Second, I would add to #2 that you can also get lost in a Chinese parade, usually be climbing under those dancing Chinese dragon things with the people in them.
They're lions, not dragons. Secondly, hiding in wouldn't work because all the bad guy has to do is see a 6 legged lion to know that's where you're probably hiding. Even if you kick one of the people out from underneath the lion, your pants won't the other person in the lions nor any other lions. And if you take over the head, you're going to be doing things completely different from any of the other lions that that will draw the attention of anybody looking for you. Of course, this is assuming that the 2 people in the lion don't complain as you join in and/or try to kick one of them out.
 
Thunder cracking as soon as you see lightning. I HATE that. Everyone knows the lightning comes first, then you hear the thunder seconds later unless it's striking right outside the window, which usually it isn't.

Also, I wish you didn't hear the flash of the blade every damn time someone shows or pulls out a blade.

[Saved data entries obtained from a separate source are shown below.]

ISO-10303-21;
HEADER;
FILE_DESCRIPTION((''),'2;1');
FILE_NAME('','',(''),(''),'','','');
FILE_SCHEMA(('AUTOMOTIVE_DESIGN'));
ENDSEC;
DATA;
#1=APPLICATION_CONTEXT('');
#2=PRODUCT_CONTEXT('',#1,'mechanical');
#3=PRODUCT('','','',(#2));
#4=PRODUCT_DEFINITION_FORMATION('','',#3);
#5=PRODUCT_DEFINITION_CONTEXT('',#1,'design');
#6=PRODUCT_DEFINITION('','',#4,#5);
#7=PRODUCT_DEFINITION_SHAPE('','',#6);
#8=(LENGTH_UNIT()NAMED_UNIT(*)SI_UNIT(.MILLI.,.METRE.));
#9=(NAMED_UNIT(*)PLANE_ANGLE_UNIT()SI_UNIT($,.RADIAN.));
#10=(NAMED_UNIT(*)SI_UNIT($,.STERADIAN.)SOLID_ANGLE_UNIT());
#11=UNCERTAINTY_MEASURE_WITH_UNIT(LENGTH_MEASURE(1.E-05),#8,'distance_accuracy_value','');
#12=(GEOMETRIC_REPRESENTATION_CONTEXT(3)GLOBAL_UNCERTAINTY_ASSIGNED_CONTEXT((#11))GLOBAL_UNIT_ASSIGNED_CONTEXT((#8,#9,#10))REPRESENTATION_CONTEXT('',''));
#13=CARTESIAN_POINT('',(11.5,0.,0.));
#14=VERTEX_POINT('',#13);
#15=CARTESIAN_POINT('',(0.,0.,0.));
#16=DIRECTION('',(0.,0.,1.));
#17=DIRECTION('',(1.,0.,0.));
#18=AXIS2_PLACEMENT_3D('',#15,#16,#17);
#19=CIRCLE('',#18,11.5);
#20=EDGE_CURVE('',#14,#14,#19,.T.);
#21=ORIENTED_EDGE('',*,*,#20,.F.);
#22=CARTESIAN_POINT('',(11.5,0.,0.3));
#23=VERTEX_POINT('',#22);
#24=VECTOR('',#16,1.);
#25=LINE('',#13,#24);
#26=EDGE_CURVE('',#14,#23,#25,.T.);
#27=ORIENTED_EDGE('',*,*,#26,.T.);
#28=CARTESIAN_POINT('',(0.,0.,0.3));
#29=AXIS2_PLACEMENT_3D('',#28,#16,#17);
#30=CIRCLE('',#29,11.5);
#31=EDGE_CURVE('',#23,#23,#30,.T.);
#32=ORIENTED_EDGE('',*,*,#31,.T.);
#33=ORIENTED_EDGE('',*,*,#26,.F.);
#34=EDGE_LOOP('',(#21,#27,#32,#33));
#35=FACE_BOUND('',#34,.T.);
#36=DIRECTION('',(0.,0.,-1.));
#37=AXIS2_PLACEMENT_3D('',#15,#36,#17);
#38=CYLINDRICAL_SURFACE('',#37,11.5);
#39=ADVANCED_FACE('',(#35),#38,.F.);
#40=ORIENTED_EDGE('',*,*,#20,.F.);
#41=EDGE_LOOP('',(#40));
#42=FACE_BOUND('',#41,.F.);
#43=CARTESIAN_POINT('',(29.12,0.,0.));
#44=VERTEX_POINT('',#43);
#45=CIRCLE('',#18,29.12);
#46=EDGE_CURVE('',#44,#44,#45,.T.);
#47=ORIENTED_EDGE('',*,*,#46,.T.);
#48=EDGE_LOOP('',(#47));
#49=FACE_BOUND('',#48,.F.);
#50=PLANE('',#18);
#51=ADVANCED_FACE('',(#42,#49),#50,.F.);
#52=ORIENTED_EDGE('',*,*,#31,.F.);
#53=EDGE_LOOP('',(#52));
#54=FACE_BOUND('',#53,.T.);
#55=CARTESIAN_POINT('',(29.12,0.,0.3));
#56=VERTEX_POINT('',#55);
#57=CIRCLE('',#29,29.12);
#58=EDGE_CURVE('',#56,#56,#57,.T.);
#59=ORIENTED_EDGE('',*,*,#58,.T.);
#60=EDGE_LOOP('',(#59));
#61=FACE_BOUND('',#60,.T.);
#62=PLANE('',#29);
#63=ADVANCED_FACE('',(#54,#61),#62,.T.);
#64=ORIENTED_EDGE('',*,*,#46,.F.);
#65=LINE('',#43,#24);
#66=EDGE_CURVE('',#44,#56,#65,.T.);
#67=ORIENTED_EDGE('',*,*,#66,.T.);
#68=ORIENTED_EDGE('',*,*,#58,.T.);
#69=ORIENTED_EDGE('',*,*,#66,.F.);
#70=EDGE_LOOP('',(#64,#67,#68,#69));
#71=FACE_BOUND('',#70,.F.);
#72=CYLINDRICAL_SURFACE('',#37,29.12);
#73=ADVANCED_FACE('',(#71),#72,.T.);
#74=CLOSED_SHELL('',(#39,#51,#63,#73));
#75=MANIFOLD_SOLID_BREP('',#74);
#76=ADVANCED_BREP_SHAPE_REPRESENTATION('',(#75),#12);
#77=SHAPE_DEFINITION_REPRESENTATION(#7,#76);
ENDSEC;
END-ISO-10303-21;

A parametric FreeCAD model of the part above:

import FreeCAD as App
import Part
import Sketcher
Q = App.Units.Quantity

doc = App.newDocument("Part")
params = doc.addObject("Spreadsheet::Sheet", "Params")
for row, (alias, value) in enumerate([
    ("sketch1_diameter", "23 mm"),
    ("sketch1_diameter2", "58.24 mm"),
    ("pad1_length", "0.3 mm"),
], start=1):
    params.set(f"A{row}", alias)
    params.set(f"B{row}", "=" + value)
    params.setAlias(f"B{row}", alias)

body = doc.addObject("PartDesign::Body", "Body")

sketch1 = body.newObject("Sketcher::SketchObject", "Sketch")
sketch1.AttachmentSupport = (doc.getObject("XY_Plane"), [""])
sketch1.MapMode = "FlatFace"
sketch1.addGeometry([
    Part.Circle(App.Vector(0, 0, 0), App.Vector(0, 0, 1), 29.12),
    Part.Circle(App.Vector(0, 0, 0), App.Vector(0, 0, 1), 11.5),
], False)
sketch1.addConstraint([
    Sketcher.Constraint("Coincident", 0, 3, -1, 1),
    Sketcher.Constraint("Coincident", 1, 3, -1, 1),
    Sketcher.Constraint("Diameter", 1, Q("23 mm")),
    Sketcher.Constraint("Diameter", 0, Q("58.24 mm")),
])
sketch1.setExpression("Constraints[2]", "Params.sketch1_diameter")
sketch1.setExpression("Constraints[3]", "Params.sketch1_diameter2")
pad1 = body.newObject("PartDesign::Pad", "Pad")
pad1.Profile = sketch1
pad1.setExpression("Length", "Params.pad1_length")

doc.recompute()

While I'm at it let's go with chloroform. It takes MINUTES for someone to pass out from chloroform. That stupid Tenant movie has people passing right out from it, and Mr. Nolan wants to be realistic in his approach.

That reminds me... Are guns not deafening in films? You can fire a gun next to someone's ear in a film (Tenant) and no one cares or flinches. You pop off an office round in real life everyone gets tinnitus. SNATCH was the only movie I've seen where a gun go off in the car and everyone's ears ring and windows shatter.
 
Thunder cracking as soon as you see lightning. I HATE that. Everyone knows the lightning comes first, then you hear the thunder seconds later unless it's striking right outside the window, which usually it isn't.

Also, I wish you didn't hear the flash of the blade every damn time someone shows or pulls out a blade.

While I'm at it let's go with chloroform. It takes MINUTES for someone to pass out from chloroform. That stupid Tenant movie has people passing right out from it, and Mr. Nolan wants to be realistic in his approach.

That reminds me... Are guns not deafening in films? You can fire a gun next to someone's ear in a film (Tenant) and no one cares or flinches. You pop off an office round in real life everyone gets tinnitus. SNATCH was the only movie I've seen where a gun go off in the car and everyone's ears ring and windows shatter.
Copland, when they fire a gun next to Sly's good ear is the only other time I've seen gunshot sounds particularly affect someone.
 
They're lions, not dragons. Secondly, hiding in wouldn't work because all the bad guy has to do is see a 6 legged lion to know that's where you're probably hiding. Even if you kick one of the people out from underneath the lion, your pants won't the other person in the lions nor any other lions. And if you take over the head, you're going to be doing things completely different from any of the other lions that that will draw the attention of anybody looking for you. Of course, this is assuming that the 2 people in the lion don't complain as you join in and/or try to kick one of them out.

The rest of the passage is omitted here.